> [To do]
Without any omission, reproduce the records that follow.

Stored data
......

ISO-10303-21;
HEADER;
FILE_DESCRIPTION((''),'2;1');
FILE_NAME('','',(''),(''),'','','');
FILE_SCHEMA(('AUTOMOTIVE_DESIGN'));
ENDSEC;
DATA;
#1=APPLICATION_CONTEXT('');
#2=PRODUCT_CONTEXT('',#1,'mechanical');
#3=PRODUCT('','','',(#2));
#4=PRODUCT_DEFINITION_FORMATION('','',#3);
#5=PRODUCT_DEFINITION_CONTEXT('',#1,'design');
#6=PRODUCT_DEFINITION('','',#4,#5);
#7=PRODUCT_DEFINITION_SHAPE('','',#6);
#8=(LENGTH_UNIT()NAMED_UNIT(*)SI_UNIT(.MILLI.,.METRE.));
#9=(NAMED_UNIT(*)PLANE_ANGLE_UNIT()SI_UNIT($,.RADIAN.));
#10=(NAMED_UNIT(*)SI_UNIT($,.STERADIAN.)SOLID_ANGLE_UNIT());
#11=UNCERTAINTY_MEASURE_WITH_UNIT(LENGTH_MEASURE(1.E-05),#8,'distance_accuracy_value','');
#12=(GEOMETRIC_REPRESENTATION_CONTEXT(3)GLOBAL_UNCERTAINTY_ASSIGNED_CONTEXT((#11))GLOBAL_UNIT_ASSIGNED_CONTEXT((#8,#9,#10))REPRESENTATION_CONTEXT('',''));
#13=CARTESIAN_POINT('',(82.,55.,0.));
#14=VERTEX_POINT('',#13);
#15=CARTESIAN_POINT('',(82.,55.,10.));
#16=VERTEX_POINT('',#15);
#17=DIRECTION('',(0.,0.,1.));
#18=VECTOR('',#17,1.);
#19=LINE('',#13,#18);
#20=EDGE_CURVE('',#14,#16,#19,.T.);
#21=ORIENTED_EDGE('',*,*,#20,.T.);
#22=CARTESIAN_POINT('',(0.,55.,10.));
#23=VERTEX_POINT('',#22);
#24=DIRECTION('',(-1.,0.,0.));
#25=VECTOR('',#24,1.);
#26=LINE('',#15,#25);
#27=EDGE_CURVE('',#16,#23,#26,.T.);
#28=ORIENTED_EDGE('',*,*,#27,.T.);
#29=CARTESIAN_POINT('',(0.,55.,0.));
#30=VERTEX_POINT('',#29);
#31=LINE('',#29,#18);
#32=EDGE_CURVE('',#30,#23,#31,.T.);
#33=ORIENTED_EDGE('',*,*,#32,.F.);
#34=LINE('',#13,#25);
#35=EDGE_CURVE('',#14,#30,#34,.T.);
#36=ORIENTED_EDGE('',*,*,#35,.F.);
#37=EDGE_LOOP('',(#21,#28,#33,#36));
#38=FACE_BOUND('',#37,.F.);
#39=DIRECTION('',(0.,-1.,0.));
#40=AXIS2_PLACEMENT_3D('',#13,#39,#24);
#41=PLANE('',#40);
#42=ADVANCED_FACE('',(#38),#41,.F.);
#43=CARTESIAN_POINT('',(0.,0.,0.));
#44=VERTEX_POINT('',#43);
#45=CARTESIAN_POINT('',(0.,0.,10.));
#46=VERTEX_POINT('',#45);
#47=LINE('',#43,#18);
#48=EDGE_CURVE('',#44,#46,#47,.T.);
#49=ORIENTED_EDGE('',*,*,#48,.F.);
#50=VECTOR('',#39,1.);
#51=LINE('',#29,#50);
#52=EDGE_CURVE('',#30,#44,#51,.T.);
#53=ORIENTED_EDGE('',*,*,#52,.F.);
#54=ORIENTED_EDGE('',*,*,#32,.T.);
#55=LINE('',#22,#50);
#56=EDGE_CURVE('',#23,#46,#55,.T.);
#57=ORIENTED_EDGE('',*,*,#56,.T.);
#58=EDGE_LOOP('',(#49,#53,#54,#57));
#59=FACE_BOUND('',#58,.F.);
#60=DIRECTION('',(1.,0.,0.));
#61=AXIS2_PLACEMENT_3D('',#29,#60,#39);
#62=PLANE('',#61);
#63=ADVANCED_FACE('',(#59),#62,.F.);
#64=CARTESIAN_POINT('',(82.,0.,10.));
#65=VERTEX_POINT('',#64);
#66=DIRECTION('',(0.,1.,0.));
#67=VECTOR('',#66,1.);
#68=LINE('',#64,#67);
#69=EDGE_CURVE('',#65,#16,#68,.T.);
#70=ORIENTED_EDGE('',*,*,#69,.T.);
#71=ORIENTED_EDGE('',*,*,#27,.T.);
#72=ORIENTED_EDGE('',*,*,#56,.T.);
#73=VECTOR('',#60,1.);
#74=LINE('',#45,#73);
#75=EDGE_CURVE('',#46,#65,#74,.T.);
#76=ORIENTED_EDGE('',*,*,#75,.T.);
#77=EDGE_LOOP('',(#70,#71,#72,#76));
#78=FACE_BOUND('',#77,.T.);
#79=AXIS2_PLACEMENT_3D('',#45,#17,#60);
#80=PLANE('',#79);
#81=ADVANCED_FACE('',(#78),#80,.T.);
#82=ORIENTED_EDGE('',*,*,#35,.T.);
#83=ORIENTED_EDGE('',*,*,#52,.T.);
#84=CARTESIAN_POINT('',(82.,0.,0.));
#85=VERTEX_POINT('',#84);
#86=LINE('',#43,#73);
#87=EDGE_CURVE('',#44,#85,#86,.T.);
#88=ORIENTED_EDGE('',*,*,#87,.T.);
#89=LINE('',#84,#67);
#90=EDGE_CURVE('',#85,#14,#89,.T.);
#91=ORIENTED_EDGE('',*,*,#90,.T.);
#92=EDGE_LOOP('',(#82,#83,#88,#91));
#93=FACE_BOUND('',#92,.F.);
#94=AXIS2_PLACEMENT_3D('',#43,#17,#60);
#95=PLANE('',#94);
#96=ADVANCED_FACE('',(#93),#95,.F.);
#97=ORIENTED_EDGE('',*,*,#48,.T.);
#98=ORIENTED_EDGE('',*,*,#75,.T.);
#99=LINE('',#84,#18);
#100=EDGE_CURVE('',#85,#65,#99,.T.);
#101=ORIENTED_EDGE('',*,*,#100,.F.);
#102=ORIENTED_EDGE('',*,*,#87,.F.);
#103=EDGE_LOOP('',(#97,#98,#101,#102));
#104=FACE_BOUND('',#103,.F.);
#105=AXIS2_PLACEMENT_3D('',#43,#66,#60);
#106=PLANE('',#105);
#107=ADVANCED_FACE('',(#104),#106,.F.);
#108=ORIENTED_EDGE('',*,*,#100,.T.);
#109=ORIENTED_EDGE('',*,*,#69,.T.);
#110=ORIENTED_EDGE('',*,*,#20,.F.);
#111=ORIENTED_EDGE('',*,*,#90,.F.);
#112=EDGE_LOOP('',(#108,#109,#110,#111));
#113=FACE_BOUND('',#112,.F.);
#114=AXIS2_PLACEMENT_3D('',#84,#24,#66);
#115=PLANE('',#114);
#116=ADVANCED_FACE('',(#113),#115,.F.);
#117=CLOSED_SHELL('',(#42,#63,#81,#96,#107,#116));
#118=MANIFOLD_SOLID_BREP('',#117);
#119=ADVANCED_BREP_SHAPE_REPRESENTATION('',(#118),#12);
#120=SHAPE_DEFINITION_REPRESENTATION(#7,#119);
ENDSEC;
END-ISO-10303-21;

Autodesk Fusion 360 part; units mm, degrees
sketch "Esquisse1" plane through (0, 0, 0) normal (0, 0, 1) x (1, 0, 0)
  line L0 (0, 0) -> (82, 0)
  line L1 (82, 0) -> (82, 55)
  line L2 (82, 55) -> (0, 55)
  line L3 (0, 55) -> (0, 0)
  dimension "d1" = 82
  dimension "d2" = 55
extrude "Extrusion1" add sketch "Esquisse1" along normal blind 10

......

> [Your response]
ISO-10303-21;
HEADER;
FILE_DESCRIPTION((''),'2;1');
FILE_NAME('','',(''),(''),'','','');
FILE_SCHEMA(('AUTOMOTIVE_DESIGN'));
ENDSEC;
DATA;
#1=APPLICATION_CONTEXT('');
#2=PRODUCT_CONTEXT('',#1,'mechanical');
#3=PRODUCT('','','',(#2));
#4=PRODUCT_DEFINITION_FORMATION('','',#3);
#5=PRODUCT_DEFINITION_CONTEXT('',#1,'design');
#6=PRODUCT_DEFINITION('','',#4,#5);
#7=PRODUCT_DEFINITION_SHAPE('','',#6);
#8=(LENGTH_UNIT()NAMED_UNIT(*)SI_UNIT(.MILLI.,.METRE.));
#9=(NAMED_UNIT(*)PLANE_ANGLE_UNIT()SI_UNIT($,.RADIAN.));
#10=(NAMED_UNIT(*)SI_UNIT($,.STERADIAN.)SOLID_ANGLE_UNIT());
#11=UNCERTAINTY_MEASURE_WITH_UNIT(LENGTH_MEASURE(1.E-05),#8,'distance_accuracy_value','');
#12=(GEOMETRIC_REPRESENTATION_CONTEXT(3)GLOBAL_UNCERTAINTY_ASSIGNED_CONTEXT((#11))GLOBAL_UNIT_ASSIGNED_CONTEXT((#8,#9,#10))REPRESENTATION_CONTEXT('',''));
#13=CARTESIAN_POINT('',(82.,55.,0.));
#14=VERTEX_POINT('',#13);
#15=CARTESIAN_POINT('',(82.,55.,10.));
#16=VERTEX_POINT('',#15);
#17=DIRECTION('',(0.,0.,1.));
#18=VECTOR('',#17,1.);
#19=LINE('',#13,#18);
#20=EDGE_CURVE('',#14,#16,#19,.T.);
#21=ORIENTED_EDGE('',*,*,#20,.T.);
#22=CARTESIAN_POINT('',(0.,55.,10.));
#23=VERTEX_POINT('',#22);
#24=DIRECTION('',(-1.,0.,0.));
#25=VECTOR('',#24,1.);
#26=LINE('',#15,#25);
#27=EDGE_CURVE('',#16,#23,#26,.T.);
#28=ORIENTED_EDGE('',*,*,#27,.T.);
#29=CARTESIAN_POINT('',(0.,55.,0.));
#30=VERTEX_POINT('',#29);
#31=LINE('',#29,#18);
#32=EDGE_CURVE('',#30,#23,#31,.T.);
#33=ORIENTED_EDGE('',*,*,#32,.F.);
#34=LINE('',#13,#25);
#35=EDGE_CURVE('',#14,#30,#34,.T.);
#36=ORIENTED_EDGE('',*,*,#35,.F.);
#37=EDGE_LOOP('',(#21,#28,#33,#36));
#38=FACE_BOUND('',#37,.F.);
#39=DIRECTION('',(0.,-1.,0.));
#40=AXIS2_PLACEMENT_3D('',#13,#39,#24);
#41=PLANE('',#40);
#42=ADVANCED_FACE('',(#38),#41,.F.);
#43=CARTESIAN_POINT('',(0.,0.,0.));
#44=VERTEX_POINT('',#43);
#45=CARTESIAN_POINT('',(0.,0.,10.));
#46=VERTEX_POINT('',#45);
#47=LINE('',#43,#18);
#48=EDGE_CURVE('',#44,#46,#47,.T.);
#49=ORIENTED_EDGE('',*,*,#48,.F.);
#50=VECTOR('',#39,1.);
#51=LINE('',#29,#50);
#52=EDGE_CURVE('',#30,#44,#51,.T.);
#53=ORIENTED_EDGE('',*,*,#52,.F.);
#54=ORIENTED_EDGE('',*,*,#32,.T.);
#55=LINE('',#22,#50);
#56=EDGE_CURVE('',#23,#46,#55,.T.);
#57=ORIENTED_EDGE('',*,*,#56,.T.);
#58=EDGE_LOOP('',(#49,#53,#54,#57));
#59=FACE_BOUND('',#58,.F.);
#60=DIRECTION('',(1.,0.,0.));
#61=AXIS2_PLACEMENT_3D('',#29,#60,#39);
#62=PLANE('',#61);
#63=ADVANCED_FACE('',(#59),#62,.F.);
#64=CARTESIAN_POINT('',(82.,0.,10.));
#65=VERTEX_POINT('',#64);
#66=DIRECTION('',(0.,1.,0.));
#67=VECTOR('',#66,1.);
#68=LINE('',#64,#67);
#69=EDGE_CURVE('',#65,#16,#68,.T.);
#70=ORIENTED_EDGE('',*,*,#69,.T.);
#71=ORIENTED_EDGE('',*,*,#27,.T.);
#72=ORIENTED_EDGE('',*,*,#56,.T.);
#73=VECTOR('',#60,1.);
#74=LINE('',#45,#73);
#75=EDGE_CURVE('',#46,#65,#74,.T.);
#76=ORIENTED_EDGE('',*,*,#75,.T.);
#77=EDGE_LOOP('',(#70,#71,#72,#76));
#78=FACE_BOUND('',#77,.T.);
#79=AXIS2_PLACEMENT_3D('',#45,#17,#60);
#80=PLANE('',#79);
#81=ADVANCED_FACE('',(#78),#80,.T.);
#82=ORIENTED_EDGE('',*,*,#35,.T.);
#83=ORIENTED_EDGE('',*,*,#52,.T.);
#84=CARTESIAN_POINT('',(82.,0.,0.));
#85=VERTEX_POINT('',#84);
#86=LINE('',#43,#73);
#87=EDGE_CURVE('',#44,#85,#86,.T.);
#88=ORIENTED_EDGE('',*,*,#87,.T.);
#89=LINE('',#84,#67);
#90=EDGE_CURVE('',#85,#14,#89,.T.);
#91=ORIENTED_EDGE('',*,*,#90,.T.);
#92=EDGE_LOOP('',(#82,#83,#88,#91));
#93=FACE_BOUND('',#92,.F.);
#94=AXIS2_PLACEMENT_3D('',#43,#17,#60);
#95=PLANE('',#94);
#96=ADVANCED_FACE('',(#93),#95,.F.);
#97=ORIENTED_EDGE('',*,*,#48,.T.);
#98=ORIENTED_EDGE('',*,*,#75,.T.);
#99=LINE('',#84,#18);
#100=EDGE_CURVE('',#85,#65,#99,.T.);
#101=ORIENTED_EDGE('',*,*,#100,.F.);
#102=ORIENTED_EDGE('',*,*,#87,.F.);
#103=EDGE_LOOP('',(#97,#98,#101,#102));
#104=FACE_BOUND('',#103,.F.);
#105=AXIS2_PLACEMENT_3D('',#43,#66,#60);
#106=PLANE('',#105);
#107=ADVANCED_FACE('',(#104),#106,.F.);
#108=ORIENTED_EDGE('',*,*,#100,.T.);
#109=ORIENTED_EDGE('',*,*,#69,.T.);
#110=ORIENTED_EDGE('',*,*,#20,.F.);
#111=ORIENTED_EDGE('',*,*,#90,.F.);
#112=EDGE_LOOP('',(#108,#109,#110,#111));
#113=FACE_BOUND('',#112,.F.);
#114=AXIS2_PLACEMENT_3D('',#84,#24,#66);
#115=PLANE('',#114);
#116=ADVANCED_FACE('',(#113),#115,.F.);
#117=CLOSED_SHELL('',(#42,#63,#81,#96,#107,#116));
#118=MANIFOLD_SOLID_BREP('',#117);
#119=ADVANCED_BREP_SHAPE_REPRESENTATION('',(#118),#12);
#120=SHAPE_DEFINITION_REPRESENTATION(#7,#119);
ENDSEC;
END-ISO-10303-21;

Autodesk Fusion 360 part; units mm, degrees
sketch "Esquisse1" plane through (0, 0, 0) normal (0, 0, 1) x (1, 0, 0)
  line L0 (0, 0) -> (82, 0)
  line L1 (82, 0) -> (82, 55)
  line L2 (82, 55) -> (0, 55)
  line L3 (0, 55) -> (0, 0)
  dimension "d1" = 82
  dimension "d2" = 55
extrude "Extrusion1" add sketch "Esquisse1" along normal blind 10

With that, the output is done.